In tema di atti di concorrenza sleale, poste le differenze intercorrenti tra le informazioni segrete, tutelate ex artt. 98 e 99 C.P.I. e le informazioni riservate, cioè le informazioni prive dei requisiti di segretezza e segretazione, rientra nell’art. 2598 n. 3, c.c., l’atto con cui un’impresa concorrente sottrae le informazioni riservate contenute nel data base di proprietà di un’altra società.
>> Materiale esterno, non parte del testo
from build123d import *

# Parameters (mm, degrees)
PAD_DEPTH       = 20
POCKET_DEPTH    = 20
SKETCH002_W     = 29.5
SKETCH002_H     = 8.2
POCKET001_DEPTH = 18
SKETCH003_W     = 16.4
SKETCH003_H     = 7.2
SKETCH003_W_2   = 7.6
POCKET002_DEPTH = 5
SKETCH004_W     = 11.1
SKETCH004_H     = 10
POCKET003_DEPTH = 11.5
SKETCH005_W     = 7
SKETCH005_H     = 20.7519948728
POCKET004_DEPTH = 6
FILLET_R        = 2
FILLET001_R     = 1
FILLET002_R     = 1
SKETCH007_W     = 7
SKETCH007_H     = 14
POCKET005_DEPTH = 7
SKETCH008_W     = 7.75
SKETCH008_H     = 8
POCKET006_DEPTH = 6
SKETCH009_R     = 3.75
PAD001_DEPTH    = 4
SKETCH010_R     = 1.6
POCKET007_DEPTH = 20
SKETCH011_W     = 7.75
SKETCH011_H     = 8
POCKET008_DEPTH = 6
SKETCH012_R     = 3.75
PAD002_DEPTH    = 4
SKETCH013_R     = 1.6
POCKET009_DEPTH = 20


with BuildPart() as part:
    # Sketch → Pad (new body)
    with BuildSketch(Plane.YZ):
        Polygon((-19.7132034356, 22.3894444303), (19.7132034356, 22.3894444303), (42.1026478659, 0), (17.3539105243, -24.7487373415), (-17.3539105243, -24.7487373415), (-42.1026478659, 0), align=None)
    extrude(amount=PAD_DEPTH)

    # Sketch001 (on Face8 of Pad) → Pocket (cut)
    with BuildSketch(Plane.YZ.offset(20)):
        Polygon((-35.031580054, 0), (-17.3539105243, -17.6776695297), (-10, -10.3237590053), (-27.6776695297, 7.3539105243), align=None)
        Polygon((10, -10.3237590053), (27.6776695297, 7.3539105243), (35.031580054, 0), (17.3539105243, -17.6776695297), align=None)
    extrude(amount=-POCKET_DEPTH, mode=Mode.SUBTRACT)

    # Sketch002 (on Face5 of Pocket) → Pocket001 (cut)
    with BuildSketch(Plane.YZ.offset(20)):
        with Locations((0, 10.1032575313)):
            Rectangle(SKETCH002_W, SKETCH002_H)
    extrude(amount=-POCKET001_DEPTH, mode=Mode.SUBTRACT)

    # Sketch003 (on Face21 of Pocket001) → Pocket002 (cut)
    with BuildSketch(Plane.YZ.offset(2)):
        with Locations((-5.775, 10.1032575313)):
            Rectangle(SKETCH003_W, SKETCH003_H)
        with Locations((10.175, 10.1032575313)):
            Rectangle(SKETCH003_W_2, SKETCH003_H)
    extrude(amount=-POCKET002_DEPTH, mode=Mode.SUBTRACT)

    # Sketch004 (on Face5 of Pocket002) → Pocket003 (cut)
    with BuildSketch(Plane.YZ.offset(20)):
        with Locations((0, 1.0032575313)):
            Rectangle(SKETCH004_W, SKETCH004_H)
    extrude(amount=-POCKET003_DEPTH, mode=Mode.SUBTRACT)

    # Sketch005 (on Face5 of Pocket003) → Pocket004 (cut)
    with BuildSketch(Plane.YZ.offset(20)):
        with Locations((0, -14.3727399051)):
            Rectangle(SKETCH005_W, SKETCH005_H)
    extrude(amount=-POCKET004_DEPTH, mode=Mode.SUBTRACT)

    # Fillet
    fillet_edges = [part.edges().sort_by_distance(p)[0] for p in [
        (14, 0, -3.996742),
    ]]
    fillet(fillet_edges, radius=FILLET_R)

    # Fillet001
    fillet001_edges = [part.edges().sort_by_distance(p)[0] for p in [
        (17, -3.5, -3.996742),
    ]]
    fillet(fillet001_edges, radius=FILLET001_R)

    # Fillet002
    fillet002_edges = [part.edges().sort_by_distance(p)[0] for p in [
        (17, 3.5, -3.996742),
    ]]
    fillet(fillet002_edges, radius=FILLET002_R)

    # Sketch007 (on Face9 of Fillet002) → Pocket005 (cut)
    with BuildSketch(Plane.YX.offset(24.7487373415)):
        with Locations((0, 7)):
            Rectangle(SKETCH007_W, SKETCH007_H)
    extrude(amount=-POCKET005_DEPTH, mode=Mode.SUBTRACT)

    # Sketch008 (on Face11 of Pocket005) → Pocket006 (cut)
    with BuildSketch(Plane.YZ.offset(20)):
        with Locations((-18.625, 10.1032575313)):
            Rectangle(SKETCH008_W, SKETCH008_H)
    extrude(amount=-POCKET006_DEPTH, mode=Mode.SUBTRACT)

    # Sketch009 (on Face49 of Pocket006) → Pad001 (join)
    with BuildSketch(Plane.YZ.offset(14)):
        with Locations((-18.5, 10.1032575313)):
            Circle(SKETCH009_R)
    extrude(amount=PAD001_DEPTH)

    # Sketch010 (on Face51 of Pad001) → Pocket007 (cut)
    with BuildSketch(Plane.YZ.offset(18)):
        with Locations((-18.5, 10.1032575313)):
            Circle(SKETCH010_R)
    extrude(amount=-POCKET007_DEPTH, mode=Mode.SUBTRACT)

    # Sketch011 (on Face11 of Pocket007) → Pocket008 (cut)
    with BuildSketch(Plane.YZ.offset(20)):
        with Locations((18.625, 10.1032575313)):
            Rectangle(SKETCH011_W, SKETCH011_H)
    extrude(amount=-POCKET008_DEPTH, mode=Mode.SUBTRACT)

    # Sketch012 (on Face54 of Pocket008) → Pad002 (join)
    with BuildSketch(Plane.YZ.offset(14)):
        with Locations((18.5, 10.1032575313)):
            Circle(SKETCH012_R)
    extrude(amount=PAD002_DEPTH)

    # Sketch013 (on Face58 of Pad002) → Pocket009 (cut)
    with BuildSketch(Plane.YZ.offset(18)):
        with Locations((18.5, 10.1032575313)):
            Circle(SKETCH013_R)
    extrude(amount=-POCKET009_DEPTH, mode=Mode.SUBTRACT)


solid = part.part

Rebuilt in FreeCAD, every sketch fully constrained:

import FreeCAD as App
import Part
import Sketcher
from FreeCAD import Vector
Q = App.Units.Quantity


def edges_at(feature, points):
    """Names of the edges that pass closest to the given points."""
    edges = feature.Shape.Edges
    near = lambda p: min(range(len(edges)), key=lambda i: edges[i].distToShape(Part.Vertex(*p))[0])
    return sorted({f"Edge{near(p) + 1}" for p in points})


def add_polygon(sketch, points):
    """Adds a closed chain of lines whose ends are joined by coincident constraints."""
    first, n = sketch.GeometryCount, len(points)
    for a, b in zip(points, points[1:] + points[:1]):
        sketch.addGeometry(Part.LineSegment(App.Vector(*a, 0), App.Vector(*b, 0)), False)
    for i in range(n):
        sketch.addConstraint(Sketcher.Constraint("Coincident", first + i, 2, first + (i + 1) % n, 1))

doc = App.newDocument("Part")
params = doc.addObject("Spreadsheet::Sheet", "Params")
for row, (alias, value) in enumerate([
    ("sketch1_length", "35 mm"),
    ("pad1_length", "20 mm"),
    ("sketch2_length", "25 mm"),
    ("sketch2_length2", "10.4 mm"),
    ("pocket1_length", "20 mm"),
    ("sketch3_width", "29.5 mm"),
    ("sketch3_height", "8.2 mm"),
    ("pocket2_length", "18 mm"),
    ("sketch4_width", "16.4 mm"),
    ("sketch4_width2", "7.6 mm"),
    ("sketch4_height", "7.2 mm"),
    ("pocket3_length", "5 mm"),
    ("sketch5_height", "10 mm"),
    ("sketch5_width", "11.1 mm"),
    ("pocket4_length", "11.5 mm"),
    ("sketch6_width", "7 mm"),
    ("pocket5_length", "6 mm"),
    ("fillet_radius", "2 mm"),
    ("fillet2_radius", "1 mm"),
    ("fillet3_radius", "1 mm"),
    ("sketch7_width", "14 mm"),
    ("sketch7_height", "7 mm"),
    ("pocket6_length", "7 mm"),
    ("sketch8_height", "8 mm"),
    ("sketch8_width", "7.75 mm"),
    ("pocket7_length", "6 mm"),
    ("sketch9_diameter", "7.5 mm"),
    ("pad2_length", "4 mm"),
    ("sketch10_diameter", "3.2 mm"),
    ("pocket8_length", "20 mm"),
    ("sketch11_height", "8 mm"),
    ("sketch11_width", "7.75 mm"),
    ("pocket9_length", "6 mm"),
    ("sketch12_diameter", "7.5 mm"),
    ("pad3_length", "4 mm"),
    ("sketch13_diameter", "3.2 mm"),
    ("pocket10_length", "20 mm"),
], start=1):
    params.set(f"A{row}", alias)
    params.set(f"B{row}", "=" + value)
    params.setAlias(f"B{row}", alias)

body = doc.addObject("PartDesign::Body", "Body")

sketch1 = doc.addObject("Sketcher::SketchObject", "Sketch")
body.addObject(sketch1)
sketch1.AttachmentSupport = (doc.YZ_Plane, [""])
sketch1.MapMode = "FlatFace"
add_polygon(sketch1, [(20, 22), (-20, 22), (-42, 0), (-17, -25), (17, -25), (42, 0)])
sketch1.addConstraint(Sketcher.Constraint("Horizontal", 0))
sketch1.addConstraint(Sketcher.Constraint("Horizontal", 3))
sketch1.addConstraint(Sketcher.Constraint("Symmetric", 1, 2, 4, 2, -1, 1))
sketch1.addConstraint(Sketcher.Constraint("PointOnObject", 1, 2, -1))
sketch1.addConstraint(Sketcher.Constraint("Perpendicular", 1, 2))
sketch1.addConstraint(Sketcher.Constraint("Perpendicular", 2, 4))
sketch1.addConstraint(Sketcher.Constraint("Perpendicular", 4, 5))
sketch1.addConstraint(Sketcher.Constraint("Equal", 2, 4))
sketch1.addConstraint(Sketcher.Constraint("Distance", 2, Q("35 mm")))
sketch1.addConstraint(Sketcher.Constraint("DistanceX", 3, 1, 3, 2, Q("34.707821 mm")))
sketch1.addConstraint(Sketcher.Constraint("DistanceX", 0, 2, 0, 1, Q("39.426407 mm")))
sketch1.setExpression("Constraints[14]", "Params.sketch1_length")
pad1 = doc.addObject("PartDesign::Pad", "Pad")
body.addObject(pad1)
pad1.Profile = sketch1
pad1.setExpression("Length", "Params.pad1_length")

sketch2 = doc.addObject("Sketcher::SketchObject", "Sketch001")
body.addObject(sketch2)
sketch2.AttachmentSupport = (doc.YZ_Plane, [""])
sketch2.MapMode = "FlatFace"
sketch2.AttachmentOffset = App.Placement(Vector(0, 0, 20), App.Rotation())
add_polygon(sketch2, [(-35, 0), (-17, -18), (-10, -10), (-28, 7)])
add_polygon(sketch2, [(28, 7), (10, -10), (17, -18), (35, 0)])
sketch2.addConstraint(Sketcher.Constraint("Symmetric", 3, 2, 6, 2, -1, 1))
sketch2.addConstraint(Sketcher.Constraint("Symmetric", 1, 2, 4, 2, -2))
sketch2.addConstraint(Sketcher.Constraint("Symmetric", 0, 2, 5, 2, -2))
sketch2.addConstraint(Sketcher.Constraint("Symmetric", 2, 2, 7, 2, -2))
sketch2.addConstraint(Sketcher.Constraint("PointOnObject", 3, 2, -1))
sketch2.addConstraint(Sketcher.Constraint("Perpendicular", 0, 1))
sketch2.addConstraint(Sketcher.Constraint("Perpendicular", 1, 2))
sketch2.addConstraint(Sketcher.Constraint("Perpendicular", 2, 3))
sketch2.addConstraint(Sketcher.Constraint("Parallel", 3, 4))
sketch2.addConstraint(Sketcher.Constraint("Distance", 0, Q("25 mm")))
sketch2.addConstraint(Sketcher.Constraint("DistanceX", 1, 2, -1, 1, Q("10 mm")))
sketch2.addConstraint(Sketcher.Constraint("Distance", 1, Q("10.4 mm")))
sketch2.setExpression("Constraints[17]", "Params.sketch2_length")
sketch2.setExpression("Constraints[19]", "Params.sketch2_length2")
pocket1 = doc.addObject("PartDesign::Pocket", "Pocket")
body.addObject(pocket1)
pocket1.Profile = sketch2
pocket1.setExpression("Length", "Params.pocket1_length")

sketch3 = doc.addObject("Sketcher::SketchObject", "Sketch002")
body.addObject(sketch3)
sketch3.AttachmentSupport = (doc.YZ_Plane, [""])
sketch3.MapMode = "FlatFace"
sketch3.AttachmentOffset = App.Placement(Vector(0, 0, 20), App.Rotation())
add_polygon(sketch3, [(-15, 14), (-15, 6), (15, 6), (15, 14)])
sketch3.addConstraint(Sketcher.Constraint("Vertical", 0))
sketch3.addConstraint(Sketcher.Constraint("Horizontal", 1))
sketch3.addConstraint(Sketcher.Constraint("Vertical", 2))
sketch3.addConstraint(Sketcher.Constraint("Horizontal", 3))
sketch3.addConstraint(Sketcher.Constraint("DistanceX", 1, 1, 1, 2, Q("29.5 mm")))
sketch3.addConstraint(Sketcher.Constraint("DistanceY", 0, 2, 0, 1, Q("8.2 mm")))
sketch3.addConstraint(Sketcher.Constraint("DistanceX", 0, 2, -1, 1, Q("14.75 mm")))
sketch3.addConstraint(Sketcher.Constraint("DistanceY", -1, 1, 0, 2, Q("6.003258 mm")))
sketch3.setExpression("Constraints[8]", "Params.sketch3_width")
sketch3.setExpression("Constraints[9]", "Params.sketch3_height")
pocket2 = doc.addObject("PartDesign::Pocket", "Pocket001")
body.addObject(pocket2)
pocket2.Profile = sketch3
pocket2.setExpression("Length", "Params.pocket2_length")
[Nella specie, il Tribunale di Napoli, ritenendo risarcibile il danno da sottrazione dei contatti cd. “profilati” contenuti nel data base di proprietà della società lesa, provvedeva a liquidare in via equitativa il danno osservando che, pure a volere ritenere questi contatti come concrete opportunità di vendita (leads), la “profilazione” contiene, in realtà, un numero limitato di informazioni ed assume un rilievo diverso a seconda che venga effettuata da un utente professionale (ad es. Facebook, Instagram) ovvero da soggetti privati.]
Il concreto esercizio del diritto di consultazione della documentazione sociale ai sensi dell'art. 2476 c.c. deve essere determinato in applicazione del principio di buona fede, che rappresenta canone generale (altro…)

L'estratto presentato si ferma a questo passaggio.